> TASK DIRECTIONS
Only the first line of the listing and the lines after it, up to and including the one containing "v 27.127 -14.796 4", should be retyped exactly.

> MATERIAL FOR THE TASK
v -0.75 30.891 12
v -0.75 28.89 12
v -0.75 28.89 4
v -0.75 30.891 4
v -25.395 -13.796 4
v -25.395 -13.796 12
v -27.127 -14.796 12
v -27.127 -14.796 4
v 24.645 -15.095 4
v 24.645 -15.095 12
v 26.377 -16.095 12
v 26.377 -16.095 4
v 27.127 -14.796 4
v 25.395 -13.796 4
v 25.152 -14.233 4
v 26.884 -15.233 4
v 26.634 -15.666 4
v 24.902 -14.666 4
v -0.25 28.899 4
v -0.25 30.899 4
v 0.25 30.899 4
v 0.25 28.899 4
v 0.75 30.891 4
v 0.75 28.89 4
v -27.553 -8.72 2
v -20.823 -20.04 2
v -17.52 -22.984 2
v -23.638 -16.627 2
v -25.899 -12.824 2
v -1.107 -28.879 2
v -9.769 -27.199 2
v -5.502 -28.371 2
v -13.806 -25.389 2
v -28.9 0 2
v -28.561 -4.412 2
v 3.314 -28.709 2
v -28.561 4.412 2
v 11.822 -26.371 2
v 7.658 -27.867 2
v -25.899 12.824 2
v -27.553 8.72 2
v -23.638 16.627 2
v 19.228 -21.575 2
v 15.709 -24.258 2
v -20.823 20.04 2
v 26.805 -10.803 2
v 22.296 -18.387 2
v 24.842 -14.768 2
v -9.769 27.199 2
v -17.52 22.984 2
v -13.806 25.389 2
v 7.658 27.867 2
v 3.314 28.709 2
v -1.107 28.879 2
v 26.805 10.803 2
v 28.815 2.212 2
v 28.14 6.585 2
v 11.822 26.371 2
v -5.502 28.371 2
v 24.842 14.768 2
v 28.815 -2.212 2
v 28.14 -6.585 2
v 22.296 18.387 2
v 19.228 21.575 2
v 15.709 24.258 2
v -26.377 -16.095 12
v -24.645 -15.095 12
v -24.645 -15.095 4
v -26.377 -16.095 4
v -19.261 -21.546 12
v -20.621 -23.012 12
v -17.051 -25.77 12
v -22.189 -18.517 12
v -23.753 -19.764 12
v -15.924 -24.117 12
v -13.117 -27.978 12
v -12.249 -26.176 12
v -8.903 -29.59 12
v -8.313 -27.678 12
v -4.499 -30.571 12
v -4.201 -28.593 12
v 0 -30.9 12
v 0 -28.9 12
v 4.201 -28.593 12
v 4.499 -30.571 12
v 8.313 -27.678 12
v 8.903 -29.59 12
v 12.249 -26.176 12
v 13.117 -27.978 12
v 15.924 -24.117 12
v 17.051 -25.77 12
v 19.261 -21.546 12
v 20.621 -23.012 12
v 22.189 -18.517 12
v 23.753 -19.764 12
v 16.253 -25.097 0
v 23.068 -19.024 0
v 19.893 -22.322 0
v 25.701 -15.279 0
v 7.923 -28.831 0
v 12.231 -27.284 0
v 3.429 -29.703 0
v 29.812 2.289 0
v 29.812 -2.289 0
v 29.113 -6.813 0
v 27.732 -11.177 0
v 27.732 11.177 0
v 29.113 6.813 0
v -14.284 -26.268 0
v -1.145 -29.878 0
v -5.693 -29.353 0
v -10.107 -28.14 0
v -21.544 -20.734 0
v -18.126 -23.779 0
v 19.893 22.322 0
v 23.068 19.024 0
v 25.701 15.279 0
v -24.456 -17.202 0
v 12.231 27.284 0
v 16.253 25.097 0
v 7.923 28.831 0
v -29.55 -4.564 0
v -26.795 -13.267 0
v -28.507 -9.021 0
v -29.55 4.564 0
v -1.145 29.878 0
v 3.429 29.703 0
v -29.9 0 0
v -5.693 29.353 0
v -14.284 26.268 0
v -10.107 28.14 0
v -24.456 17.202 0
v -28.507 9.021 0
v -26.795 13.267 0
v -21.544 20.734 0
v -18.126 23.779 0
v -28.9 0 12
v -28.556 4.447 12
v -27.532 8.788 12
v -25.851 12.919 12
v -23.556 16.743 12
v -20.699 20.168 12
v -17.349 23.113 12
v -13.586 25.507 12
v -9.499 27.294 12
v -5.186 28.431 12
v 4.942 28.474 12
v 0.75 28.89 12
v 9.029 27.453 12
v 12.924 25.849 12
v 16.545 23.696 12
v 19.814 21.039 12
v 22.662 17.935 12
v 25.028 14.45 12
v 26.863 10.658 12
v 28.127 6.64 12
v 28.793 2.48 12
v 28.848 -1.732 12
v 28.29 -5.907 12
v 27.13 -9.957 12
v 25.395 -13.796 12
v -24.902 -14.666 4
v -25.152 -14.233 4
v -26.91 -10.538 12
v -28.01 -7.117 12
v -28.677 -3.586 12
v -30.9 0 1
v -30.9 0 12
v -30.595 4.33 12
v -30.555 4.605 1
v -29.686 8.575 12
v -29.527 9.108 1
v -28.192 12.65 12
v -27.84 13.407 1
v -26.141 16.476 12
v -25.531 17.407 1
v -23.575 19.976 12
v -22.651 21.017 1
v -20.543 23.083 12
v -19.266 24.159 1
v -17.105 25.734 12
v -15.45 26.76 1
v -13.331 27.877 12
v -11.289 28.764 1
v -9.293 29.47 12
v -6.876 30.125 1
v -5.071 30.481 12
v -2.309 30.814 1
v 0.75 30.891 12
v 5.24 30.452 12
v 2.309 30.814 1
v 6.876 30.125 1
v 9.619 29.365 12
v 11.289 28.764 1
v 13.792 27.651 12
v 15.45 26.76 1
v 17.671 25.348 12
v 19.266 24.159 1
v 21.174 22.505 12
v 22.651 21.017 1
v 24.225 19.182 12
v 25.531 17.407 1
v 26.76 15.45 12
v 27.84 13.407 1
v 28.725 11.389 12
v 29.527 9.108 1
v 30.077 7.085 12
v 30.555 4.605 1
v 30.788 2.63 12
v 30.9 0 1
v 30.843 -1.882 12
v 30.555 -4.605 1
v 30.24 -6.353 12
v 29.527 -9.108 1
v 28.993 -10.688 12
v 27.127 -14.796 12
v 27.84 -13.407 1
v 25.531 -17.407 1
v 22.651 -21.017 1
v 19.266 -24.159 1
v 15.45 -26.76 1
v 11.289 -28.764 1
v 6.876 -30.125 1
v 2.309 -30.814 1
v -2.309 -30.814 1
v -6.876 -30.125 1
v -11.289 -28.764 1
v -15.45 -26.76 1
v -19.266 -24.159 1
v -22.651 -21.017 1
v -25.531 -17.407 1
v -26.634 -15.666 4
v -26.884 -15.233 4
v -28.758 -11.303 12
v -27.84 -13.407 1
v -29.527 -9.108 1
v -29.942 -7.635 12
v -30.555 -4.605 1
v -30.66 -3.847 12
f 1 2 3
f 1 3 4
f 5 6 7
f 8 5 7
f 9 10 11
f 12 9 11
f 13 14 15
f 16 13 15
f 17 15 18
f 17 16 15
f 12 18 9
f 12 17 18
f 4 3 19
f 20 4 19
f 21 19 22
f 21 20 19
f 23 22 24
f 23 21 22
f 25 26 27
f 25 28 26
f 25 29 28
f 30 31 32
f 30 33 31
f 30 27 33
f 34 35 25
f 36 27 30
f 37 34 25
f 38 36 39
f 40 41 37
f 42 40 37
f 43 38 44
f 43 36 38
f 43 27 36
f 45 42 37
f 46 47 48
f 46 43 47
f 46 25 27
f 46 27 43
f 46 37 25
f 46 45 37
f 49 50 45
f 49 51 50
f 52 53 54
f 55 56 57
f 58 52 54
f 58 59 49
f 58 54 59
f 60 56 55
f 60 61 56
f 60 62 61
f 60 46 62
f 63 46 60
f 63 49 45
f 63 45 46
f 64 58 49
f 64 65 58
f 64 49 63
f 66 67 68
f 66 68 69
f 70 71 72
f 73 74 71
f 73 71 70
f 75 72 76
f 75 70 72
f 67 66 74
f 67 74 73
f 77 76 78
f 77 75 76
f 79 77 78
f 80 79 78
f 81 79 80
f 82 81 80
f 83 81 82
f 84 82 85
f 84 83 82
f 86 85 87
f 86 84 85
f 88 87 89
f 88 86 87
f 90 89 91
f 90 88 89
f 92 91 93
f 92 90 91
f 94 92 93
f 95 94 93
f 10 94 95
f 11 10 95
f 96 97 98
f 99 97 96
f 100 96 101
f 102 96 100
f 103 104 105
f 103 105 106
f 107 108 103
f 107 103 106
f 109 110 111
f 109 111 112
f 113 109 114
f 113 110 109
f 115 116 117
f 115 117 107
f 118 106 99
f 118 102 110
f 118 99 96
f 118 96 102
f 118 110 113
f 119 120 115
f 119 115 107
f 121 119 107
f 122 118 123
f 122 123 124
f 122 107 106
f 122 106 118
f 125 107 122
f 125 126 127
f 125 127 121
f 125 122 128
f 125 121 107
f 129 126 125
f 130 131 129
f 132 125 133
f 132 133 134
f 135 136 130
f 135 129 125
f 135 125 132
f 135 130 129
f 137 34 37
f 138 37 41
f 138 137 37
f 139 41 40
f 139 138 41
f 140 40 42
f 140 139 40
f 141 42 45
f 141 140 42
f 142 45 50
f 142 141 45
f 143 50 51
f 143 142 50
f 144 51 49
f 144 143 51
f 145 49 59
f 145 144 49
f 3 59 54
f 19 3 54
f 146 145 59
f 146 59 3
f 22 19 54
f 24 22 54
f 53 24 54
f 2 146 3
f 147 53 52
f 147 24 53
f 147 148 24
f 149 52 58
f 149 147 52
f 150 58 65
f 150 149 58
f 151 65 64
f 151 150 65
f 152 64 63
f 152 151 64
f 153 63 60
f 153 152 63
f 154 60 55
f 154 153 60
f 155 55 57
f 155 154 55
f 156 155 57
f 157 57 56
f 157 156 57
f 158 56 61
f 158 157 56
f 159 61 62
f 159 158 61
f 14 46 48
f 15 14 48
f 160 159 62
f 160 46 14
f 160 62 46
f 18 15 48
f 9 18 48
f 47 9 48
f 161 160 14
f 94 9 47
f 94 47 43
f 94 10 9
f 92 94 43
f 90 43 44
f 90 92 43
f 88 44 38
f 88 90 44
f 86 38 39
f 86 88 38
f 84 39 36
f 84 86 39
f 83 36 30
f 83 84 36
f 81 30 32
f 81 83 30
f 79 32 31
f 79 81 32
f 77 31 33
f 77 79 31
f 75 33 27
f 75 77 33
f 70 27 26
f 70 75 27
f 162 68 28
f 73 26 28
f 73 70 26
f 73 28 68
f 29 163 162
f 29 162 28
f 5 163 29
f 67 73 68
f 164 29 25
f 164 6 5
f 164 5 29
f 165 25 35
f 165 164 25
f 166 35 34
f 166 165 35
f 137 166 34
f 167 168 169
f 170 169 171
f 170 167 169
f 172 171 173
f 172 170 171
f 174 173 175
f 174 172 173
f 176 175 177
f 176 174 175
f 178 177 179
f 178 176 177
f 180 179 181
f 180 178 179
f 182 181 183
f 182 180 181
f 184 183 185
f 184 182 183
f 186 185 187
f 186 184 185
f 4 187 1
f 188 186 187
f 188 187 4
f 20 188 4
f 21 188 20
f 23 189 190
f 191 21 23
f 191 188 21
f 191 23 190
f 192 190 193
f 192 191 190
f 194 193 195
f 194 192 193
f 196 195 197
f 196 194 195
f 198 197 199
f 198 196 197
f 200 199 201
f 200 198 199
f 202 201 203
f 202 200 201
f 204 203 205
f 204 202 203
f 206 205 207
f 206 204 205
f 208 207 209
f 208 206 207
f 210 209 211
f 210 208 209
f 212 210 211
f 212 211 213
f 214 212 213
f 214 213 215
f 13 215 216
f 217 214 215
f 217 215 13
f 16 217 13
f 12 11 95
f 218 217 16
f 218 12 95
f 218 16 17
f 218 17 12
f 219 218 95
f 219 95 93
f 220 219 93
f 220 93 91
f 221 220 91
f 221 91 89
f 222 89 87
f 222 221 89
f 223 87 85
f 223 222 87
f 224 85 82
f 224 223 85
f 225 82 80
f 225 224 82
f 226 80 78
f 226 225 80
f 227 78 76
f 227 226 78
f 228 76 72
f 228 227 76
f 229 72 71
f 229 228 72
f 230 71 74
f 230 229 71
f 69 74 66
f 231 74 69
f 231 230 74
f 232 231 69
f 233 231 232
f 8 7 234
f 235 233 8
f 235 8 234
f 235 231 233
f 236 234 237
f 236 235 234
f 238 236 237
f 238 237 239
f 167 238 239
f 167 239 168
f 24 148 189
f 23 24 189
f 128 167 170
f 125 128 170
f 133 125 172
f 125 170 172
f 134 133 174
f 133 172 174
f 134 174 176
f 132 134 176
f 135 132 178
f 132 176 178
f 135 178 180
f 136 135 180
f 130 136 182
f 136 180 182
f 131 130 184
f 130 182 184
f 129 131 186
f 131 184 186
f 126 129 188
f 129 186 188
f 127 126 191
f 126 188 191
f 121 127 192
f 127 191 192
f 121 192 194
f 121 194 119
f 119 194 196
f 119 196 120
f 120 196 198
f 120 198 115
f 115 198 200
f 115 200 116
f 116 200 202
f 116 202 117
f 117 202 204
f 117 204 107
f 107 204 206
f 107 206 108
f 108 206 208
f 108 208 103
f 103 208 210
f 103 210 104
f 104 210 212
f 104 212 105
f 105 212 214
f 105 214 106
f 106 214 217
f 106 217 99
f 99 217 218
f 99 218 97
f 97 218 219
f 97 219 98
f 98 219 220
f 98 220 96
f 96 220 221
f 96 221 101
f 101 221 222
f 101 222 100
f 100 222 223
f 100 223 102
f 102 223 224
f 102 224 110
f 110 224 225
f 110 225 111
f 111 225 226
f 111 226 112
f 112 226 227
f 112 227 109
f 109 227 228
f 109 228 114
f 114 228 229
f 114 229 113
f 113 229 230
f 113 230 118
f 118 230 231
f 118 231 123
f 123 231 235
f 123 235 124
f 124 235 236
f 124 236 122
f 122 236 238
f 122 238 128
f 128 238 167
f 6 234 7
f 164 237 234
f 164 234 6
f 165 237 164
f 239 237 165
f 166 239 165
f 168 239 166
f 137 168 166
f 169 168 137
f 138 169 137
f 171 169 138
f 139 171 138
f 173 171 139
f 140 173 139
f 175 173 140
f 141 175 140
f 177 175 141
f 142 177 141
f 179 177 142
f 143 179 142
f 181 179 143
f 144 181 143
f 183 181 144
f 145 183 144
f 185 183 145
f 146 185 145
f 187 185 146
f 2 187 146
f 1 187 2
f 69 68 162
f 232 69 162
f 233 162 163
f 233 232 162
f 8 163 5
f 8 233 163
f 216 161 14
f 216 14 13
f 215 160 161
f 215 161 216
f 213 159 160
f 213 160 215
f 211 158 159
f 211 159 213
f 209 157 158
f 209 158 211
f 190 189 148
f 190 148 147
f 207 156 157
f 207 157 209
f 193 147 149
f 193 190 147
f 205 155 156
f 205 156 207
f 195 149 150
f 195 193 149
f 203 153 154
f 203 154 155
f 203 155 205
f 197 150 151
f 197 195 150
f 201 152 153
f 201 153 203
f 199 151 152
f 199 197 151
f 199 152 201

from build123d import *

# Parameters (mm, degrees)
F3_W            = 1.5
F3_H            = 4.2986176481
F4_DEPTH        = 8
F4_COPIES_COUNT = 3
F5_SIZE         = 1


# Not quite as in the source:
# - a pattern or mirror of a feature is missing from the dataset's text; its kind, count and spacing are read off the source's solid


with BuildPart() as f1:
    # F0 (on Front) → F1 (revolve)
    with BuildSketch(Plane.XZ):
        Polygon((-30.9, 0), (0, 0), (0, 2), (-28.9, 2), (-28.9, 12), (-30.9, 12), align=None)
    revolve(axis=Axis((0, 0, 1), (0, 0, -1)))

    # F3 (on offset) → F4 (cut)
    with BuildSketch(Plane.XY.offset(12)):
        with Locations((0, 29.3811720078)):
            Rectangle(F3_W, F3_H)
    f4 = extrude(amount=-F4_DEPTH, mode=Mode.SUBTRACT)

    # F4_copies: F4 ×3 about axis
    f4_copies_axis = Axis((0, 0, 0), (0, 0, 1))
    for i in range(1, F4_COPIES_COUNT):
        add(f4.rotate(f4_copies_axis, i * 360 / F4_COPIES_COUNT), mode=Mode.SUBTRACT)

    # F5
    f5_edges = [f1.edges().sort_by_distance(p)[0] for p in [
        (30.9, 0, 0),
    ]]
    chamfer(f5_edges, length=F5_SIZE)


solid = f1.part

> RESULT FOR THIS TASK
v -0.75 30.891 12
v -0.75 28.89 12
v -0.75 28.89 4
v -0.75 30.891 4
v -25.395 -13.796 4
v -25.395 -13.796 12
v -27.127 -14.796 12
v -27.127 -14.796 4
v 24.645 -15.095 4
v 24.645 -15.095 12
v 26.377 -16.095 12
v 26.377 -16.095 4
v 27.127 -14.796 4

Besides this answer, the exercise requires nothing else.